Enfin aux toilettes – il avait marché quatre mètres avec l’impression d’en avoir parcouru cent, il se figea face au trou devant lui. Bien décidé à éviter toute acrobatie scatologique, il soupira et se résigna à se retenir jusqu’à ce qu’il puisse rentrer à l’hôtel. Alors pourquoi n’arrivait-il pas à quitter le trou des yeux ? Hallucinait-il ? Un mirage ? L’ombre d’un chat noir dans des chiottes coréennes… Il songea à un quatrain enfermé dans la coquille d’un œuf… L’œuf… Des vers l’emportèrent dans une absence impénétrable où seul le vide et le sentiment de s’y fondre régnaient. Soudain, des sueurs froides le sortirent de sa torpeur et il quitta précipitamment les W.C., non sans tenir ses mains collées aux oreilles. Des acouphènes le rendaient fou, des sons ressemblant à des incantations de sorcier indien. Blanc. Tout à coup, le décor s’effaça, plus rien n’entourait Slévich, ni décor, ni mur, ni même sol ou ciel. Il essaya de faire un pas en avant, mais ses jambes ne lui répondaient pas, pire, il ne les sentait plus.

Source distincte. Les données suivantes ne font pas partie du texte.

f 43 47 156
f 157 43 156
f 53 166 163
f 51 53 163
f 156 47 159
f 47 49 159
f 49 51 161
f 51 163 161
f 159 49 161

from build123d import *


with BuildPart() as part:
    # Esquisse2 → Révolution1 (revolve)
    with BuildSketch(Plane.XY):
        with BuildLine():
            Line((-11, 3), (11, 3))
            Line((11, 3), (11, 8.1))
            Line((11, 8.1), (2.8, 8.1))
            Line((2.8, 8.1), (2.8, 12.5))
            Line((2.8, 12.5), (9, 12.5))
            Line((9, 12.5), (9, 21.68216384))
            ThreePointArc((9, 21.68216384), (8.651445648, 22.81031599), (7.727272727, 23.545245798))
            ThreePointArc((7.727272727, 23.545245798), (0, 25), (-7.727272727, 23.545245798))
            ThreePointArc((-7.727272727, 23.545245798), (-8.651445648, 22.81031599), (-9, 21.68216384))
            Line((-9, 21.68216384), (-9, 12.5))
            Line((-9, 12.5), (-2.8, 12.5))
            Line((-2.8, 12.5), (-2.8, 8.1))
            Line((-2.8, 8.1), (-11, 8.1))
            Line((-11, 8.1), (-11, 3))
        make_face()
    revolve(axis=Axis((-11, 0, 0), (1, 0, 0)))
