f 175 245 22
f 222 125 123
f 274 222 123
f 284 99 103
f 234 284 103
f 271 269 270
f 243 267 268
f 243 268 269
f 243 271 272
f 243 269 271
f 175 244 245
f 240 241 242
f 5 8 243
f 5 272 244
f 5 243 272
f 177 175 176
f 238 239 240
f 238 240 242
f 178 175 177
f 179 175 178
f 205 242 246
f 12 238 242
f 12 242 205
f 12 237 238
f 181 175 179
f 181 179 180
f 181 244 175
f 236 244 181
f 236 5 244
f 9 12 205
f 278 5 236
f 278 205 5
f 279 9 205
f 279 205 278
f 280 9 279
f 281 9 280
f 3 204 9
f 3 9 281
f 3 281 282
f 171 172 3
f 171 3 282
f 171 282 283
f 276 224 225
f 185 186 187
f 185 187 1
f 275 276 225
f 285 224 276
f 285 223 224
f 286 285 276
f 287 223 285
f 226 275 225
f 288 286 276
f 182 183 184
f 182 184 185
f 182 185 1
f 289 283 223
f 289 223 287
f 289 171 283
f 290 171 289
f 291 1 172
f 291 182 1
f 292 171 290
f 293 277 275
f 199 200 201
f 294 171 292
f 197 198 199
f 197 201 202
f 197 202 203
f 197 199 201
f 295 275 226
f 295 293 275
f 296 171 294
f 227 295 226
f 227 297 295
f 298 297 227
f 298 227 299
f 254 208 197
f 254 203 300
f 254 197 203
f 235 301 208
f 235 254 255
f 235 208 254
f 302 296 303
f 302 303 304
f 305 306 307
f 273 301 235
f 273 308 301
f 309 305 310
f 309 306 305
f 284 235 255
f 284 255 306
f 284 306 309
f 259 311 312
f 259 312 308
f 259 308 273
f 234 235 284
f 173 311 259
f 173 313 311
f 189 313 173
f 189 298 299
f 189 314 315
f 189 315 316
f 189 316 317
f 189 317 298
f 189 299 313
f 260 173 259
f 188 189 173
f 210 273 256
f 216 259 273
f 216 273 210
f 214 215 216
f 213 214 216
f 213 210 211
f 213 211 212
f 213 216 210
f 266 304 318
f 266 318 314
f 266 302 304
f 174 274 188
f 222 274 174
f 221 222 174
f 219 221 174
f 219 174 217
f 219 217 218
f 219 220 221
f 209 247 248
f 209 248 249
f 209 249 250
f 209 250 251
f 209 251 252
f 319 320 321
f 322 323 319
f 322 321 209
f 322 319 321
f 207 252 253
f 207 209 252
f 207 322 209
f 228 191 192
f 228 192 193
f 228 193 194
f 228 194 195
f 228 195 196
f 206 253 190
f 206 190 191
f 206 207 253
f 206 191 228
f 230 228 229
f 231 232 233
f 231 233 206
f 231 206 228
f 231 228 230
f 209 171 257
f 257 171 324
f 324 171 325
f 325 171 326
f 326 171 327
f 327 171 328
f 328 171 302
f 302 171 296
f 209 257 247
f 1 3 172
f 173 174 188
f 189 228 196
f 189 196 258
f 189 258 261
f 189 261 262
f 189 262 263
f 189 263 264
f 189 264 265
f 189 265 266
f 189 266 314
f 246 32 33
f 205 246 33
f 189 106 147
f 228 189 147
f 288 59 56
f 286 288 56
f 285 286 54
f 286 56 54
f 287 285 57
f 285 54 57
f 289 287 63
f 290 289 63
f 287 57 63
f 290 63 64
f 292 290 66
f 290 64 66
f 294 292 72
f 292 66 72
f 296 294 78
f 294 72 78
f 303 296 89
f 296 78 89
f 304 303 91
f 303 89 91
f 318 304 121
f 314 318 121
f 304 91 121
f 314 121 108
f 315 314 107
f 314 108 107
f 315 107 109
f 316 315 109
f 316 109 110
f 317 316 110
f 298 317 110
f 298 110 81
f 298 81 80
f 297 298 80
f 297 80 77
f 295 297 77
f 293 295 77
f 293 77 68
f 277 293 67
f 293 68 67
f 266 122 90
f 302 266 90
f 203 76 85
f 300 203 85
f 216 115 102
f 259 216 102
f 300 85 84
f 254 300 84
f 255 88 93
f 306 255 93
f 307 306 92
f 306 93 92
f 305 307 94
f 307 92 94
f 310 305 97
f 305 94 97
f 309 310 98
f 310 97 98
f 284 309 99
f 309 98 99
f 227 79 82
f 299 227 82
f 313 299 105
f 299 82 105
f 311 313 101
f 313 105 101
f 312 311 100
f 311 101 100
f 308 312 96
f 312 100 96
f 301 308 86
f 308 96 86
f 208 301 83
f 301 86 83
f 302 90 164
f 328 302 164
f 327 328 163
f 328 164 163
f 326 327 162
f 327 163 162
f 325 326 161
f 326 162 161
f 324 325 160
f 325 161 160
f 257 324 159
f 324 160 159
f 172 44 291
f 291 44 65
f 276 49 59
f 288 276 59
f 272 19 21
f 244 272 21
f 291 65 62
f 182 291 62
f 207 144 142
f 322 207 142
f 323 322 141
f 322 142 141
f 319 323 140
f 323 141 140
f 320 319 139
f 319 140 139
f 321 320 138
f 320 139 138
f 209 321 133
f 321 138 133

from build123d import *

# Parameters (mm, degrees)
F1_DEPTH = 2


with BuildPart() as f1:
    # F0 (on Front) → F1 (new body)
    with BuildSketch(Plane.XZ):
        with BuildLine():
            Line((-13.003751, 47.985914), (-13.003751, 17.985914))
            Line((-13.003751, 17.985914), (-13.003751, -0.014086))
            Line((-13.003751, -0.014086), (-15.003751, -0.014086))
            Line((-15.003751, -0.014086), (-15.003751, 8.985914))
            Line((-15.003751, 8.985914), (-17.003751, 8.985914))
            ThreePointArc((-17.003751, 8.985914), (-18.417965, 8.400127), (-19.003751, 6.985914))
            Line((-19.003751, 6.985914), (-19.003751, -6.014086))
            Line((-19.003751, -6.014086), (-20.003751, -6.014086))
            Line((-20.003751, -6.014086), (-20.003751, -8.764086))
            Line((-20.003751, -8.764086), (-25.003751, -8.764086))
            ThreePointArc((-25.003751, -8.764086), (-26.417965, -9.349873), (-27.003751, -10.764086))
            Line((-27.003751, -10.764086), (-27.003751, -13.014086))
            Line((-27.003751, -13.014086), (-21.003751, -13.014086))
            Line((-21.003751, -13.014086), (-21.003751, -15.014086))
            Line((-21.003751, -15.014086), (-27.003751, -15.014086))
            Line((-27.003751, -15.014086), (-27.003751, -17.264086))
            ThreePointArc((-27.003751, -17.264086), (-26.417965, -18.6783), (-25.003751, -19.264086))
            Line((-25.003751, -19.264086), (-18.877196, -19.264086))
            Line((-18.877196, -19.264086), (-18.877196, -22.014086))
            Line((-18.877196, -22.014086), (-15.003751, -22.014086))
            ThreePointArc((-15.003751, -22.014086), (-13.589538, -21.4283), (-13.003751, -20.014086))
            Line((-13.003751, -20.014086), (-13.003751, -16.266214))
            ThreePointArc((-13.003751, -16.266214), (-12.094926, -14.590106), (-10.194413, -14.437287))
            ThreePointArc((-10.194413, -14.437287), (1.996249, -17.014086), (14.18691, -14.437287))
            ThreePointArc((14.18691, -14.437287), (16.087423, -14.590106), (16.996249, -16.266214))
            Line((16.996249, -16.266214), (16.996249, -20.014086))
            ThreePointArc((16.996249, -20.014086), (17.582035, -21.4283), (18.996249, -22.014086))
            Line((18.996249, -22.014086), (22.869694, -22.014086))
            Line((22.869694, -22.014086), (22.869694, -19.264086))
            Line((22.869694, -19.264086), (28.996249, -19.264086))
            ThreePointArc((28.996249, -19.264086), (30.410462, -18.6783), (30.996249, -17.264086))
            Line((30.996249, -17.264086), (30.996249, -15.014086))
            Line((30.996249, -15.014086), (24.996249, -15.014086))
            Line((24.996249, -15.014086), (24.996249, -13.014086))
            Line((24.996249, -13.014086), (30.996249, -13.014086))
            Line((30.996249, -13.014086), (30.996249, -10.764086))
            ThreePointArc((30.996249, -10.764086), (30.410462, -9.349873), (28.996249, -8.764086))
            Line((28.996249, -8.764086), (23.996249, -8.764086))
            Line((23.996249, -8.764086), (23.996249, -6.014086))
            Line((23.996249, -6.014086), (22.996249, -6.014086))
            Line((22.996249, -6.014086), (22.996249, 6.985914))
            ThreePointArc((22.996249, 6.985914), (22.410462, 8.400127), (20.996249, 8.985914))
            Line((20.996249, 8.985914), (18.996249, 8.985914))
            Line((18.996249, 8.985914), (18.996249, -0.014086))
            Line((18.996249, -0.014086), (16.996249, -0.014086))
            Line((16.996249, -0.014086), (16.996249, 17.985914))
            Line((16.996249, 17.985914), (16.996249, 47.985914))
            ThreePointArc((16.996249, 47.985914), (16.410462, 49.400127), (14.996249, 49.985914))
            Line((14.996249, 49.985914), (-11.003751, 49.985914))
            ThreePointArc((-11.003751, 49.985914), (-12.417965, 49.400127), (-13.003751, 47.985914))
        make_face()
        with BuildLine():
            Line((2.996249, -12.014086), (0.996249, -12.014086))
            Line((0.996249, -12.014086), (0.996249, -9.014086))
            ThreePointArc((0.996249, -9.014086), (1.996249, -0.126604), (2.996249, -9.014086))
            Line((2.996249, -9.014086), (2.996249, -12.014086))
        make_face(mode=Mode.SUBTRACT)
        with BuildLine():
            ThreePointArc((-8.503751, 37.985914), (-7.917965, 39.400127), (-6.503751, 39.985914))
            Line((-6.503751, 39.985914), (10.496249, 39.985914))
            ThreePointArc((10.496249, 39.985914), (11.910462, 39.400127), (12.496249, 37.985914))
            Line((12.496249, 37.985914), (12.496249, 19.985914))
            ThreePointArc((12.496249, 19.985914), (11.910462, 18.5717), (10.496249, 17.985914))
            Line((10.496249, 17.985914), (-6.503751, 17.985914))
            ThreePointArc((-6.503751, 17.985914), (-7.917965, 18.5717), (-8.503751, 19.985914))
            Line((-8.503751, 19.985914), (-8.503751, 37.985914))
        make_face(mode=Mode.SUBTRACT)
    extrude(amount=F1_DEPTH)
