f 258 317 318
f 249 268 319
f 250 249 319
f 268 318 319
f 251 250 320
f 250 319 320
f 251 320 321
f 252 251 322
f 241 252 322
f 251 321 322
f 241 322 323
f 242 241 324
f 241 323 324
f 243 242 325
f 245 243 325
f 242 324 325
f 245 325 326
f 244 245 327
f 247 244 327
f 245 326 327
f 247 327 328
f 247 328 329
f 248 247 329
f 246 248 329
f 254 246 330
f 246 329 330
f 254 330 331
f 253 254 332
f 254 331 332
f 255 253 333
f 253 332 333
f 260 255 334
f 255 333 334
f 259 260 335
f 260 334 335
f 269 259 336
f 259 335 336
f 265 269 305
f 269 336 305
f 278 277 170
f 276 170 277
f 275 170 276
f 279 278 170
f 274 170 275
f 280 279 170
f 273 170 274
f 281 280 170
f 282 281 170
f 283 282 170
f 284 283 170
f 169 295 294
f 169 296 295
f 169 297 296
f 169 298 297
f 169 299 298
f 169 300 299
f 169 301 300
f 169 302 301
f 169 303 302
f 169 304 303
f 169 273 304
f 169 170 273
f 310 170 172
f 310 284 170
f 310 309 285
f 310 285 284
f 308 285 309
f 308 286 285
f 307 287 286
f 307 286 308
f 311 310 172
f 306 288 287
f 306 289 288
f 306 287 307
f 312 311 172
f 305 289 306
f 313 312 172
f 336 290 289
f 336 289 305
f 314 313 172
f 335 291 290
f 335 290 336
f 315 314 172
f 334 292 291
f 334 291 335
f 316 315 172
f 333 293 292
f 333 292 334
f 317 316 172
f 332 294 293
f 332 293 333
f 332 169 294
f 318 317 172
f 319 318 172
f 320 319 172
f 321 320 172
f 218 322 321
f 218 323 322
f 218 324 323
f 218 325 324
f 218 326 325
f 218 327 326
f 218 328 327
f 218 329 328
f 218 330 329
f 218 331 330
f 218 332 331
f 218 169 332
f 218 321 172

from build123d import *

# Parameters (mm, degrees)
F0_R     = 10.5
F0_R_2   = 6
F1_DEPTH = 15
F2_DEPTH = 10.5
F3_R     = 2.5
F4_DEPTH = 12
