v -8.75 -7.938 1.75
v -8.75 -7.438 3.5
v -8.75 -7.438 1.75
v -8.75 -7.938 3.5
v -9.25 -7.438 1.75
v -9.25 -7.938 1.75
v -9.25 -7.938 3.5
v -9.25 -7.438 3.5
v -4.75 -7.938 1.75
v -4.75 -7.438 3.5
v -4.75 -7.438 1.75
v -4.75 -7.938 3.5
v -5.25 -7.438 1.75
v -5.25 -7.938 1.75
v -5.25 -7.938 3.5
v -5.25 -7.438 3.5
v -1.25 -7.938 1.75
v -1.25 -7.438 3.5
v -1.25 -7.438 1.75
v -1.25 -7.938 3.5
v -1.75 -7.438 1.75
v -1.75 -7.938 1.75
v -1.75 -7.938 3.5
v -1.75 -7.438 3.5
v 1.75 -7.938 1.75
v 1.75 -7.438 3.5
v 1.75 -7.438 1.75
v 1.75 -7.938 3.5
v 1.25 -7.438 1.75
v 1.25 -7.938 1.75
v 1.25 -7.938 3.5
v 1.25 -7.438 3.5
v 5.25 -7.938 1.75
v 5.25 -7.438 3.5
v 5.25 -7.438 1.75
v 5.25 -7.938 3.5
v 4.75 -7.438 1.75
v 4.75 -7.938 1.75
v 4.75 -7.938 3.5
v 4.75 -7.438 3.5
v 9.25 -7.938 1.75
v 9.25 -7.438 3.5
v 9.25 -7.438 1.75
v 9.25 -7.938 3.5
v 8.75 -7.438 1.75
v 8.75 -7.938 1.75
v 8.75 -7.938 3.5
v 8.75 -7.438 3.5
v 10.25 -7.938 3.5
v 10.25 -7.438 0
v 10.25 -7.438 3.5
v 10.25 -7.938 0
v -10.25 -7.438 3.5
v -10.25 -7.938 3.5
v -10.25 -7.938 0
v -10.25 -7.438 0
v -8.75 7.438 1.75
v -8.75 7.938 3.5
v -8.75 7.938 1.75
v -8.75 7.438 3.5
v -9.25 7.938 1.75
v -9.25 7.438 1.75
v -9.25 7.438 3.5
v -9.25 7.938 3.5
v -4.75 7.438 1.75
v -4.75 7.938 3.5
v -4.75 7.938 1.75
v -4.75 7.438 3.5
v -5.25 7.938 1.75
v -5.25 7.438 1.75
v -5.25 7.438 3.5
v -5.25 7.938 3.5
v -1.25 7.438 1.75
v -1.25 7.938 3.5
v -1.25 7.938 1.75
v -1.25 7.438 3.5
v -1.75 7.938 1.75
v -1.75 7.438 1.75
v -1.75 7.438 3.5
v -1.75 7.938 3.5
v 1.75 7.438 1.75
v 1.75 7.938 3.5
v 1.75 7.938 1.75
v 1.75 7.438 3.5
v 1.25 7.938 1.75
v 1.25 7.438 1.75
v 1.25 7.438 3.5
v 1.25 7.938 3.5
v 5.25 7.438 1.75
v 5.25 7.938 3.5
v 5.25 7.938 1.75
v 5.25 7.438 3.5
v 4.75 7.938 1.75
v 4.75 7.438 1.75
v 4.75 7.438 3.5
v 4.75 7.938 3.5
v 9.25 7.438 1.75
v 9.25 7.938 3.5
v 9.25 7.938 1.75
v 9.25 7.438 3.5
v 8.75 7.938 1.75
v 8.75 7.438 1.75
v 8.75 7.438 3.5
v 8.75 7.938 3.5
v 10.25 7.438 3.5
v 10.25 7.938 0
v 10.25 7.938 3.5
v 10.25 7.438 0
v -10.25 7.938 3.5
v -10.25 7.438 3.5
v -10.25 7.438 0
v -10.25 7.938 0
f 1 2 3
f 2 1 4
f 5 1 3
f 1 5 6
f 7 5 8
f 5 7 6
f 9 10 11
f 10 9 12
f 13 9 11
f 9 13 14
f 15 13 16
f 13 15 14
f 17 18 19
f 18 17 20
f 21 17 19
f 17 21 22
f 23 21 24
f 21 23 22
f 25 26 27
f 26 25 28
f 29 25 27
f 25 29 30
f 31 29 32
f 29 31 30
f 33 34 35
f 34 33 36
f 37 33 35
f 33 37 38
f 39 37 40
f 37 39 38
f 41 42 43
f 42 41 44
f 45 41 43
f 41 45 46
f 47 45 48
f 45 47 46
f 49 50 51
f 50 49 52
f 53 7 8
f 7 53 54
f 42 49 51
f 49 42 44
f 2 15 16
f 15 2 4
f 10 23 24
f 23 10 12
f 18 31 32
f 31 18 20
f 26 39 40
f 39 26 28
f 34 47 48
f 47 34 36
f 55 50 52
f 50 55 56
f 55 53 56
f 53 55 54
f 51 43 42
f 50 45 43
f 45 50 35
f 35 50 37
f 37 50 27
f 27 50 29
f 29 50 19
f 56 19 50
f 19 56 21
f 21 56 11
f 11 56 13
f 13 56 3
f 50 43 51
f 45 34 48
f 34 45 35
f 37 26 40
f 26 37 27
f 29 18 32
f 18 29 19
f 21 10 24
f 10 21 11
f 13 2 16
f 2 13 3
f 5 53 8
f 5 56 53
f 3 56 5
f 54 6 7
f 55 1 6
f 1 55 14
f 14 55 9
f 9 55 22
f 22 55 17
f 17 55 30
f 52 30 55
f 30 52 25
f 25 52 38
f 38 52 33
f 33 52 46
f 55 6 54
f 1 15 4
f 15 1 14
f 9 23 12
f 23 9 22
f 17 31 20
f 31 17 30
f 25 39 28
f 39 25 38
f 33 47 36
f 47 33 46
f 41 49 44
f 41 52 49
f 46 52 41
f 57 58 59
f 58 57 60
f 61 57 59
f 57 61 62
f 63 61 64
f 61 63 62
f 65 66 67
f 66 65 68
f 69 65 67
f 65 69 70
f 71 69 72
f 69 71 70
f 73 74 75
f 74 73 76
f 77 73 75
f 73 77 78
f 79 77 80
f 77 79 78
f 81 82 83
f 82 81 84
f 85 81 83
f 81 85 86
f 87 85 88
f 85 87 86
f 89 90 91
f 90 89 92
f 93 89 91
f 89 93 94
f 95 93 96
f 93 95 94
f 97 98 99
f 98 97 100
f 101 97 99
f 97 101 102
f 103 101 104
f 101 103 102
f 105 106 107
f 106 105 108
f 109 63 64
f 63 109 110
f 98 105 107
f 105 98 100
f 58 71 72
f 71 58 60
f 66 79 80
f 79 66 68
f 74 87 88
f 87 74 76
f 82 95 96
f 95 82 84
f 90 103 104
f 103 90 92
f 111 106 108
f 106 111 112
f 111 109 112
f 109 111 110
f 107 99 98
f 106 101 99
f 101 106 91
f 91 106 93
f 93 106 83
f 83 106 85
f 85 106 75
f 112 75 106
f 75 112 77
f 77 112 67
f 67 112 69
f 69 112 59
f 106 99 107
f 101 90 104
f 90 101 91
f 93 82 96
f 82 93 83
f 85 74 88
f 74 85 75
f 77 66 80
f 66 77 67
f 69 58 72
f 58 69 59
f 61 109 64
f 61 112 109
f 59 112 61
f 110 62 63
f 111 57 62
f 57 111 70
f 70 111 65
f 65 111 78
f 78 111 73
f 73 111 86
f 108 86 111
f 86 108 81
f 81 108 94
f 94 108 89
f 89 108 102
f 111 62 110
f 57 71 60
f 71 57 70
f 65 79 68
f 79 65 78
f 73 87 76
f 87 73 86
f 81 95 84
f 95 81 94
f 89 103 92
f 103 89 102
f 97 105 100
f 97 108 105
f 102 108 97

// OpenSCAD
// file: layout.scad
// Rack layout geometry. Include config.scad once before this file.
// Functions are ordered so each name is defined before use (OpenSCAD 2021).

function rack_center_x() = 0;
function rack_center_y() = 0;

function x_divider_center_x(i) =
  rack_center_x() + divider_offset_from_center_in[i];

function divider_inner_left_x() =
  x_divider_center_x(0) + wall_thickness_in / 2;
function divider_inner_right_x() =
  x_divider_center_x(num_rows) - wall_thickness_in / 2;

function end_wall_inner_front_y() =
  rack_center_y() + end_wall_inner_offset_from_center_y[0];
function end_wall_inner_back_y() =
  rack_center_y() + end_wall_inner_offset_from_center_y[1];

function footprint_d_in() = max(
  end_wall_inner_back_y() - end_wall_inner_front_y(),
  (tubes_per_row - 1) * row_depth_in + tube_od_in
);

function layout_half_span_in() =
  max(
    max([for (i = [0 : num_rows - 1]) abs(column_tube_offset_from_center_in[i])])
      + tube_od_in / 2,
    max([for (i = [0 : num_rows]) abs(divider_offset_from_center_in[i])])
      + wall_thickness_in / 2
  );

function end_wall_w_in() =
  x_divider_center_x(num_rows) - x_divider_center_x(0) + wall_thickness_in
    + 2 * end_wall_extension_in;
function end_wall_x0() =
  x_divider_center_x(0) - wall_thickness_in / 2 - end_wall_extension_in;
function end_wall_height_in() = wall_height_in;

function tube_center_y(col_i) =
  rack_center_y() + depth_tube_offset_from_center_in[col_i];

function column_board_length_in() = footprint_d_in() + column_board_extension_in;
function column_board_y0() =
  rack_center_y() - column_board_length_in() / 2;
function board_half_lap_z_in() = wall_height_in / 2;

function footprint_w_in() = max(
  divider_inner_right_x() - divider_inner_left_x(),
  2 * (layout_half_span_in() + tilt_pad_x_in)
);

function bay_center_x(row_i) =
  rack_center_x() + column_tube_offset_from_center_in[row_i];
// file: config.scad
// Finale mortar rack — shared parameters (inches unless noted)

// --- Tubes (inventory) ---
tube_od_in = 2.375;
tube_length_in = 12;
shell_nominal_in = 2; // Class C 2 in. mortars

// --- Layout ---
num_rows = 5;
tubes_per_row = 5; // 5×5 per rack × 2 racks = 50 tubes (Commander finale)
num_dividers_x = num_rows + 1; // 6 green boards: left side + 4 between columns + right side
board_thickness_in = 0.5;
tube_gap_in = 0.25; // extra clearance inside each cell
row_spacing_in = tube_od_in + board_thickness_in + tube_gap_in;
row_depth_in = tube_od_in + board_thickness_in + tube_gap_in;

// --- Column layout (+X = right, from rack center) ---
column_tube_offset_from_center_in = [
  -6.5, // 0 outer left
  -3, // 1 middle left
  0,      // 2 center
  3,  // 3 middle right
  6.5,  // 4 outer right
];
divider_offset_from_center_in = [
  -9,     // 0 left side (outer)
  -5,     // 1 outer left | middle left
  -1.5,   // 2 middle left | center
  1.5,    // 3 center | middle right
  5,      // 4 middle right | outer right
  9,      // 5 right side (outer)
];

// --- Depth layout (+Y = toward back, from rack center) ---
depth_tube_offset_from_center_in = [
  -6.25, // 0 front
  -3.125,
  0,     // 2 center
  3.125,
  6.25,  // 4 back
];
end_wall_inner_offset_from_center_y = [
  -7.438, // front inner face
  7.438,  // back inner face
];

column_board_extension_in = 3; // +length along Y total (1-1/2 in. each end), centered on rack Y
end_wall_extension_in = 1; // brown ends: +1 in. per side in X (panel plane)
column_end_half_lap = true; // half-lap: columns lose bottom half, rows lose top half

// --- Angles (degrees from vertical; left negative, right positive) ---
outer_angle_deg = 12;

function row_offset(i) = i - floor(num_rows / 2); // -2 .. +2 for 5 rows
function sign(x) = x < 0 ? -1 : (x > 0 ? 1 : 0);
function row_angle_deg(i) =
  let (o = row_offset(i))
  o == 0 ? 0 : sign(o) * outer_angle_deg * abs(o) / 2;

tilt_pad_x_in = tube_length_in * sin(outer_angle_deg) + tube_gap_in;

// --- Structure (1/2 in. plywood walls only) ---
wall_thickness_in = 0.5;
wall_height_in = 3.5; // row boards + column boards (same height)

color_wall_end = [0.90, 0.62, 0.38];
color_wall_side = [0.58, 0.72, 0.42];
color_tube = [0.25, 0.45, 0.85, 0.85];

// --- Preview ---
preview = true;
$fn = preview ? 24 : 72;
show_tubes = true;
show_walls = true; // brown front/back ends
show_x_column_boards = true; // six green dividers along +X
// main file
// Brown front/back row boards — open this file directly to preview.
include <config.scad>
include <layout.scad>

module row_board_bottom(y_outer) {
  lap = board_half_lap_z_in();
  eps = 0.02;
  color(color_wall_end)
    difference() {
      translate([end_wall_x0(), y_outer, 0])
        cube([end_wall_w_in(), wall_thickness_in, end_wall_height_in()]);
      if (column_end_half_lap)
        for (i = [0 : num_rows])
          translate([
            x_divider_center_x(i) - wall_thickness_in / 2,
            y_outer - eps,
            lap
          ])
            cube([
              wall_thickness_in,
              wall_thickness_in + 2 * eps,
              lap + eps
            ]);
    }
}

module row_boards_bottom() {
  iy0 = end_wall_inner_front_y();
  iy1 = end_wall_inner_back_y();
  row_board_bottom(iy0 - wall_thickness_in);
  row_board_bottom(iy1);
}

row_boards_bottom();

C’est alors que des alexandrins fusèrent dans sa tête ainsi que des comètes mitraillant le néant sidéral :

L’éclat des visiteurs enténèbrent les plaines,
Le sang s’est répandu des griffes d’un félin ;
Combien de ces tipis sont composés de lin ?
Le son net d’un sonnet chassera les vilaines.

Le Sage Pawata désignera les reines –
Les abeilles mourront pour chasser le malin ;
A nouveau, sous les cieux, d’un ultime câlin,
Le ciel embrasera toutes les folles graines.

Les vibrations insistantes de son téléphone portable récupérèrent la conscience de Slévich. Il transpirait et respirait fort, comme essoufflé. Pourtant, son visage affichait une sérénité incroyable : enfin s’était-il ressaisi, prêt à reprendre sérieusement les investigations imposées par Mukya. Sa sœur et ses confrères attendraient encore : impossible de quitter Séoul sans les indices afférents au meurtre de Paul : les clés se trouvaient ici, en Corée du Sud. « Meow », entendit-il à ses pieds : une chatte intégralement blanche aux pointes d’oreilles noires se tenait devant lui, assises, levant une de ses pattes avants légèrement retroussée comme les porte-bonheurs japonais. « Kaputchva, que fais-tu ici ? » Sans attendre la réponse, Slévich comprit qu’il devait la suivre. En chemin, il se souvint d’avoir reçu un appel et consulta l’écran de son portable : quatre appels manqués, un de Miss Bates, un de Sieur Mukya et deux de Mister Kaputch. Kaputch ?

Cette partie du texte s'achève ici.